Undocumented Cop-Killer in Trump Ad Was Freed by Joe Arpaio, Allowed to Stay Under Bush

A video tweeted out by President Donald Trump in an apparent attempt to stoke fear of undocumented immigrants ahead of next week's elections features a cop-killer who was freed by Trump ally Joe Arpaio, entered the country illegally under President George W. Bush, and used an AR-15 that Republicans have refused to ban, The Washington Post reports.

“Democrats Let him stay!” the ad says as it shows Luis Bracamontes, an undocumented immigrant convicted of murdering two sheriff's deputies in Sacramento, California.

“It is outrageous what the Democrats are doing to our Country. Vote Republican now!” the ad says.

But The Washington Post reports that Bracamontes was first deported in 1997 under President Bill Clinton because of a drug charge. He reentered the country but was deported by the Bush administration in 2001. He came back again in 2002 and was allowed to marry an American citizen and remain in the country.

The ad also neglects to mention that then-Maricopa County Sheriff Joe Arpaio's office, a Trump ally who received a presidential pardon over his racial profiling initiative, released Bracamontes from jail after his return to the country in 1998 for “reasons unknown.”

Bracamontes also used an AR-15 to slay the deputies, a rifle that Republicans have long resisted banning.

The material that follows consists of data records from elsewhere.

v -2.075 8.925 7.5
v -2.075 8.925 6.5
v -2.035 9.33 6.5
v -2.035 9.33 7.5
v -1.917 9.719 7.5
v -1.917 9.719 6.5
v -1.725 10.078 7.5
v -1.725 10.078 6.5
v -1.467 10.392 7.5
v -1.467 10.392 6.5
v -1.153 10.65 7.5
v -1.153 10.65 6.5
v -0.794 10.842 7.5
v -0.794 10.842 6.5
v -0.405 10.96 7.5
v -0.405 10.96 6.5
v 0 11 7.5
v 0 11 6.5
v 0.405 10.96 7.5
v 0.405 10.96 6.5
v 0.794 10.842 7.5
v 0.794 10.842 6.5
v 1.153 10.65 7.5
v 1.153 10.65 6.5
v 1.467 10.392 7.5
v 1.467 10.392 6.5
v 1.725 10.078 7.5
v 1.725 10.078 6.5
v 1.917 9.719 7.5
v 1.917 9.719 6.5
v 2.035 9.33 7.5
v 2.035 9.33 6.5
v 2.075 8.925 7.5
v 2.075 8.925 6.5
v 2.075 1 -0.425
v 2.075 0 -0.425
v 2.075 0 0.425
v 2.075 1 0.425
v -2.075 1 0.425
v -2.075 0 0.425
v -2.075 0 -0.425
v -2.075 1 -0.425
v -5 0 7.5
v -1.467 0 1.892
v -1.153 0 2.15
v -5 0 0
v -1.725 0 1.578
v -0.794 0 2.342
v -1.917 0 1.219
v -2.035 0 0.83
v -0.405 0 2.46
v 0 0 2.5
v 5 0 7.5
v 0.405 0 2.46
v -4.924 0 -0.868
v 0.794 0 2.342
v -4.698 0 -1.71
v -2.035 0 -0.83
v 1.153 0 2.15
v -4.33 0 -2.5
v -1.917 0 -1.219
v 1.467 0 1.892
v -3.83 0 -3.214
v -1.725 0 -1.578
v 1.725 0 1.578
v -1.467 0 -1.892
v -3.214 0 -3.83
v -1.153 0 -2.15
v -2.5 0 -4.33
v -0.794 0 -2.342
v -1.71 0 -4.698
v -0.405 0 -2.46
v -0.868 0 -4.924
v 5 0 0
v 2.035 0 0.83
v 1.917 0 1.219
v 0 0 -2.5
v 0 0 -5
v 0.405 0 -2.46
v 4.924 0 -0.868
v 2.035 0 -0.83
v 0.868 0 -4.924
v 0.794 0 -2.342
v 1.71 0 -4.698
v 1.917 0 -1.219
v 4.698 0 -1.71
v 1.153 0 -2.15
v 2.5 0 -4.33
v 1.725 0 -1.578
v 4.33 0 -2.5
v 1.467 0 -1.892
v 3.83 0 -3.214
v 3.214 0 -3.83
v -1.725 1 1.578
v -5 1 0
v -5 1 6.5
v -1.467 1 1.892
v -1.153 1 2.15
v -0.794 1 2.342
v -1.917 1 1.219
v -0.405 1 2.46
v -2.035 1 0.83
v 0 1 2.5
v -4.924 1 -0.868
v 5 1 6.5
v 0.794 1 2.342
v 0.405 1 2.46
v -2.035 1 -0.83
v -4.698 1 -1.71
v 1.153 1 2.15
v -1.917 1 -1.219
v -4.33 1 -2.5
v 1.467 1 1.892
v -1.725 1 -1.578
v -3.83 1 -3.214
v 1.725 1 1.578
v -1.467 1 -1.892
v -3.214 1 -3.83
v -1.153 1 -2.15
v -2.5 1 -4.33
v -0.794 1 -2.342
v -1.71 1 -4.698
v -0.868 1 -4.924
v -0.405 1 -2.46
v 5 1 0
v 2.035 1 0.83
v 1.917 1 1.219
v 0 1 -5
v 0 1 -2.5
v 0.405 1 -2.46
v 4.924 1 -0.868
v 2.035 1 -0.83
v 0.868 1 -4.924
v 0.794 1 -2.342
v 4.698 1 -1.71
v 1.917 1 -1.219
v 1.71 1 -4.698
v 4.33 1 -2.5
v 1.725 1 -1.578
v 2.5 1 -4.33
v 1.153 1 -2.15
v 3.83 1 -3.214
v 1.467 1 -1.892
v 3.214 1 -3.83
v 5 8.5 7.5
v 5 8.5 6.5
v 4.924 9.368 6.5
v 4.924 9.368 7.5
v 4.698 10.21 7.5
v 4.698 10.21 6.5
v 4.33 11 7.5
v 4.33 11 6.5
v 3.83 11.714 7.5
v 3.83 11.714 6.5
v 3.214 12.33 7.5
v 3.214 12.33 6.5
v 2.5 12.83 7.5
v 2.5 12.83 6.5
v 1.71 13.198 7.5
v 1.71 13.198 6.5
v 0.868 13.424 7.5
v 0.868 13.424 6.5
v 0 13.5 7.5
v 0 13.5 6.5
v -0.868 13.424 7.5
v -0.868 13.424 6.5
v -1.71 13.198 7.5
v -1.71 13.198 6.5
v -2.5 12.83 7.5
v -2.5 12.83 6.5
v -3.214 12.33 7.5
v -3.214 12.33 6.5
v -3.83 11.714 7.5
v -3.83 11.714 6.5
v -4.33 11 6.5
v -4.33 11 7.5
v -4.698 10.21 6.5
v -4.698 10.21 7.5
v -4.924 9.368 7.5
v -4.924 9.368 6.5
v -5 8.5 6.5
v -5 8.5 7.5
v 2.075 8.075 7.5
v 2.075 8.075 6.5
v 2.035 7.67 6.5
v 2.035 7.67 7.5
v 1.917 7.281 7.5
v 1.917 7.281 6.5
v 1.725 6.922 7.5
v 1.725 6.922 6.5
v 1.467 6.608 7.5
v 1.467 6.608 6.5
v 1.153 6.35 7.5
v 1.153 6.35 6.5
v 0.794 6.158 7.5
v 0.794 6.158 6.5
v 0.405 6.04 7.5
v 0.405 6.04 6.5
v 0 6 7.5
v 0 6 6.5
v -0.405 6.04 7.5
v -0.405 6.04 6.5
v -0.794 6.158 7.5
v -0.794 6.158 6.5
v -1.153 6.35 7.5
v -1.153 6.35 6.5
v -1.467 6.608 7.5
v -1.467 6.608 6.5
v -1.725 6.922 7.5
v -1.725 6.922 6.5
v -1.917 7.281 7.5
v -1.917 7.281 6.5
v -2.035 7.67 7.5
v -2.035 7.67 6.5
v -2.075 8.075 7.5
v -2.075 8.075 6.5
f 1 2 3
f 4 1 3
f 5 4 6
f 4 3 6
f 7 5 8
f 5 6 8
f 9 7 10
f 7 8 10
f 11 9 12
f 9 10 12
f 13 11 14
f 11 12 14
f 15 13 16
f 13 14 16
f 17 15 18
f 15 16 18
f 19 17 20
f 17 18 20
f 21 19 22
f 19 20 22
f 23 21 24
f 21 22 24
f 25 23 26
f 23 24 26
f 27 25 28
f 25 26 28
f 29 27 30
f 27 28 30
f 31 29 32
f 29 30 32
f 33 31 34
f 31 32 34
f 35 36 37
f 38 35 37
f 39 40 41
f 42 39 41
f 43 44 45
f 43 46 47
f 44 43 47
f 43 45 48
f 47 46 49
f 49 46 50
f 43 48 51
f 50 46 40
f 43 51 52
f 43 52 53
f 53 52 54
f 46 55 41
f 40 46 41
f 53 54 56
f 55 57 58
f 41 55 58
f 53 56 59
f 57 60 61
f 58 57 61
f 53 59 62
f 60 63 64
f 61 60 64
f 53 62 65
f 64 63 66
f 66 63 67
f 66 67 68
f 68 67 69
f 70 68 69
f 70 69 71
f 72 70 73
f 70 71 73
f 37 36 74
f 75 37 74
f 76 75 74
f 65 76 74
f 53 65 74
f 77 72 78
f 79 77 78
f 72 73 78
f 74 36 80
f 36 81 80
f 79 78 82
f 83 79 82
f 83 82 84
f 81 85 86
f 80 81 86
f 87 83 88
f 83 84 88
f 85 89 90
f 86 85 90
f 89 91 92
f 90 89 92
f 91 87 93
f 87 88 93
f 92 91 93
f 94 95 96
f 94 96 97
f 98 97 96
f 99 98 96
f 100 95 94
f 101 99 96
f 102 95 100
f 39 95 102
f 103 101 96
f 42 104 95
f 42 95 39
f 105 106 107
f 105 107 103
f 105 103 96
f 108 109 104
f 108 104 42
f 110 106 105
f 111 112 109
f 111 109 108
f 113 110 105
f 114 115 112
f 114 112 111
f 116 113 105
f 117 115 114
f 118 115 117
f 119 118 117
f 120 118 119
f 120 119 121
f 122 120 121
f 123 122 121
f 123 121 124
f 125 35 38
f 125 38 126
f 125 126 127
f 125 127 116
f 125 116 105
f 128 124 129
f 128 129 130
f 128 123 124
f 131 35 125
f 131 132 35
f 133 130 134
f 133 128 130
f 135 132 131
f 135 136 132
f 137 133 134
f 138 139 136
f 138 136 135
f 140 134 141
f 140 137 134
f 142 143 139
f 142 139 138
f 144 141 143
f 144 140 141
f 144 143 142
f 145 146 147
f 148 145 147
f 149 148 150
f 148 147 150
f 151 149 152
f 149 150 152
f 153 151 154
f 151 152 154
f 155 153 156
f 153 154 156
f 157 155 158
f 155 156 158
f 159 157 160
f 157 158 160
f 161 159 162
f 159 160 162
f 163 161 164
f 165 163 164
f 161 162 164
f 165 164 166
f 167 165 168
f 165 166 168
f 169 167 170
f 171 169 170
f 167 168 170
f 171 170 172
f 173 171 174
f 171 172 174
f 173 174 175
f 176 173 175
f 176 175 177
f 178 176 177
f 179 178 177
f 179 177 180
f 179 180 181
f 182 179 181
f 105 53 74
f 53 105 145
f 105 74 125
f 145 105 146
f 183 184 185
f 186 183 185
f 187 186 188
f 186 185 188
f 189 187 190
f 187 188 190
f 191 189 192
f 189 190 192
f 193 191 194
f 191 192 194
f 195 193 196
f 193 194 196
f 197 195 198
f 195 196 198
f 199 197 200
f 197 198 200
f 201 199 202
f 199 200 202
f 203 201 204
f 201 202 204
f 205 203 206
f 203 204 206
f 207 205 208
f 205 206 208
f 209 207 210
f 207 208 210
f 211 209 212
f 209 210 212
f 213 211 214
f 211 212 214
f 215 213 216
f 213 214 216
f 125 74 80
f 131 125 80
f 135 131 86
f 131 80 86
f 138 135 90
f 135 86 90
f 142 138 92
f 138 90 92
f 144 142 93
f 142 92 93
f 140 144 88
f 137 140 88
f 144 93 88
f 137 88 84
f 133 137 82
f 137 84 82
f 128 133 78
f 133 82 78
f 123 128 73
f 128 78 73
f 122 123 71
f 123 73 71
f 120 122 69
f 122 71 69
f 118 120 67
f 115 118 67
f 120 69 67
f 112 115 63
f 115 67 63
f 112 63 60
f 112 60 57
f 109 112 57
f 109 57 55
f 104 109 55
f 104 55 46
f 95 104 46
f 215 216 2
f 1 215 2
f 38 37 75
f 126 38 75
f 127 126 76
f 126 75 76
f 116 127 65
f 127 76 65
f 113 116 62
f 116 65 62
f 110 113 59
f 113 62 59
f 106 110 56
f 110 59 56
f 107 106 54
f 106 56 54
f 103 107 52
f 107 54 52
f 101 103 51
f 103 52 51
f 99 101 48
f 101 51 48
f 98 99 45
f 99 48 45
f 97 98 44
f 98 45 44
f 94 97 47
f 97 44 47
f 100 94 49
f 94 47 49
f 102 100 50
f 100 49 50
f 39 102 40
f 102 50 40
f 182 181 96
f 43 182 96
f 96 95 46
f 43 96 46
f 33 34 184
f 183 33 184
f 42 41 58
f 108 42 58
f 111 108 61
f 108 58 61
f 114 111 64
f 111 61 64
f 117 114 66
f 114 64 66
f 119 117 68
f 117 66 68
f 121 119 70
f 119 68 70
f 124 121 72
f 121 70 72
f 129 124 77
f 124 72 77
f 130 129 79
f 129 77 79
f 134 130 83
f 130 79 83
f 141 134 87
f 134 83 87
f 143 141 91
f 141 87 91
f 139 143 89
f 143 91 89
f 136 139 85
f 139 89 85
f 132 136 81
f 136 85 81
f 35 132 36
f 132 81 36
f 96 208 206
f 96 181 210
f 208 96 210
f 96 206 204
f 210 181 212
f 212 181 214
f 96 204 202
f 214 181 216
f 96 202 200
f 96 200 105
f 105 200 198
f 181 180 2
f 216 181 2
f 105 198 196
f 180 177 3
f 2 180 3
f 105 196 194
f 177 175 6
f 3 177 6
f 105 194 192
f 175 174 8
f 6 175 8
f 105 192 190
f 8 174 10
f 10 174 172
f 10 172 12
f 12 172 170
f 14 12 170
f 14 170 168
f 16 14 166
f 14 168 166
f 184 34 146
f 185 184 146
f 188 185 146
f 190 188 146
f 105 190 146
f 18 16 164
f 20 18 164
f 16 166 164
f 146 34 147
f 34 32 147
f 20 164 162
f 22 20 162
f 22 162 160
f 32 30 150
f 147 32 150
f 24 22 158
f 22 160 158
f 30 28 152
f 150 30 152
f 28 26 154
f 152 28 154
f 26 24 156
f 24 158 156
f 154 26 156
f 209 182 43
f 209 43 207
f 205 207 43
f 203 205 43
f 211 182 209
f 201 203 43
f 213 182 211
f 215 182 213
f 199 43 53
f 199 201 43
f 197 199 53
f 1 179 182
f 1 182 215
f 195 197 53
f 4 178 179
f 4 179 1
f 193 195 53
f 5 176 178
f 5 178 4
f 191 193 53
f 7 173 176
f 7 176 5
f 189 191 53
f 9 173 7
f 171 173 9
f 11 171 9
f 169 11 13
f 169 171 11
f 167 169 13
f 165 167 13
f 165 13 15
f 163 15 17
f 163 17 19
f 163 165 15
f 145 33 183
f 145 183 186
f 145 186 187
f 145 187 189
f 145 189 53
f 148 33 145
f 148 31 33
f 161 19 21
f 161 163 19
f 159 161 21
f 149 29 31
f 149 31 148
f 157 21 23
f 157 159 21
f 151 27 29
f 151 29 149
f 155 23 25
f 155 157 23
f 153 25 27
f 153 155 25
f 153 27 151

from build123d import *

# Parameters (mm, degrees)
BOSS_EXTRUDE1_DEPTH = 1
CIRPATTERN1_COUNT   = 2
CIRPATTERN1_ANGLE   = 90


with BuildPart() as part:
    # Sketch2 → Boss-Extrude1 (new body)
    with BuildSketch(Plane(origin=(0, 0, 0), x_dir=(1, 0, 0), z_dir=(0, 1, 0))):
        with BuildLine():
            Line((-5, 0), (-5, -7.5))
            Line((-5, -7.5), (5, -7.5))
            Line((5, -7.5), (5, 0))
            ThreePointArc((5, 0), (0, 5), (-5, 0))
        make_face()
        with BuildLine():
            Line((2.075, 0.425), (2.075, -0.425))
            ThreePointArc((2.075, -0.425), (0, -2.5), (-2.075, -0.425))
            Line((-2.075, -0.425), (-2.075, 0.425))
            ThreePointArc((-2.075, 0.425), (0, 2.5), (2.075, 0.425))
        make_face(mode=Mode.SUBTRACT)
    boss_extrude1 = extrude(amount=BOSS_EXTRUDE1_DEPTH)

    # CirPattern1: Boss-Extrude1 ×2 about axis
    cirpattern1_axis = Axis((-5, 1, 7.5), (1, 0, 0))
    for i in range(1, CIRPATTERN1_COUNT):
        add(boss_extrude1.rotate(cirpattern1_axis, i * CIRPATTERN1_ANGLE / (CIRPATTERN1_COUNT - 1)))


solid = part.part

Video echoes infamous Willie Horton ad: "The ad recalls the notorious 'Willie Horton' campaign ad financed by supporters of the George H.W. Bush campaign in the 1988 presidential election," CNN reported. "Horton was a convicted murderer who committed rape while furloughed under a program in Massachusetts where Democratic nominee Michael Dukakis was governor. The ad has since come to be seen as one of the most racially problematic in modern political history since it played into white fear and African-American stereotypes. It was regarded at the time as devastating to the Dukakis campaign."

Moderate Republicans reject message: Arizona Sen. Jeff Flake and Ohio Gov. John Kasich, neither of whom is running for re-election, condemned the ad.

"The politics of fear, hatred and division should have no place in our country or the Republican Party, let alone the Presidency. All Americans should reject this ad and its motives," Kasich wrote.

"This is a sickening ad. Republicans everywhere should denounce it," Flake added.

Conservatives say "nothing racist" about "facts": "Luis Bracamontes, an illegal, was deported and yet returned to the U.S.," former Republican Illinois Rep. Joe Walsh tweeted. "He then proceeded to kill two California Sheriff's Deputies. These are the facts. There's nothing racist about presenting the facts."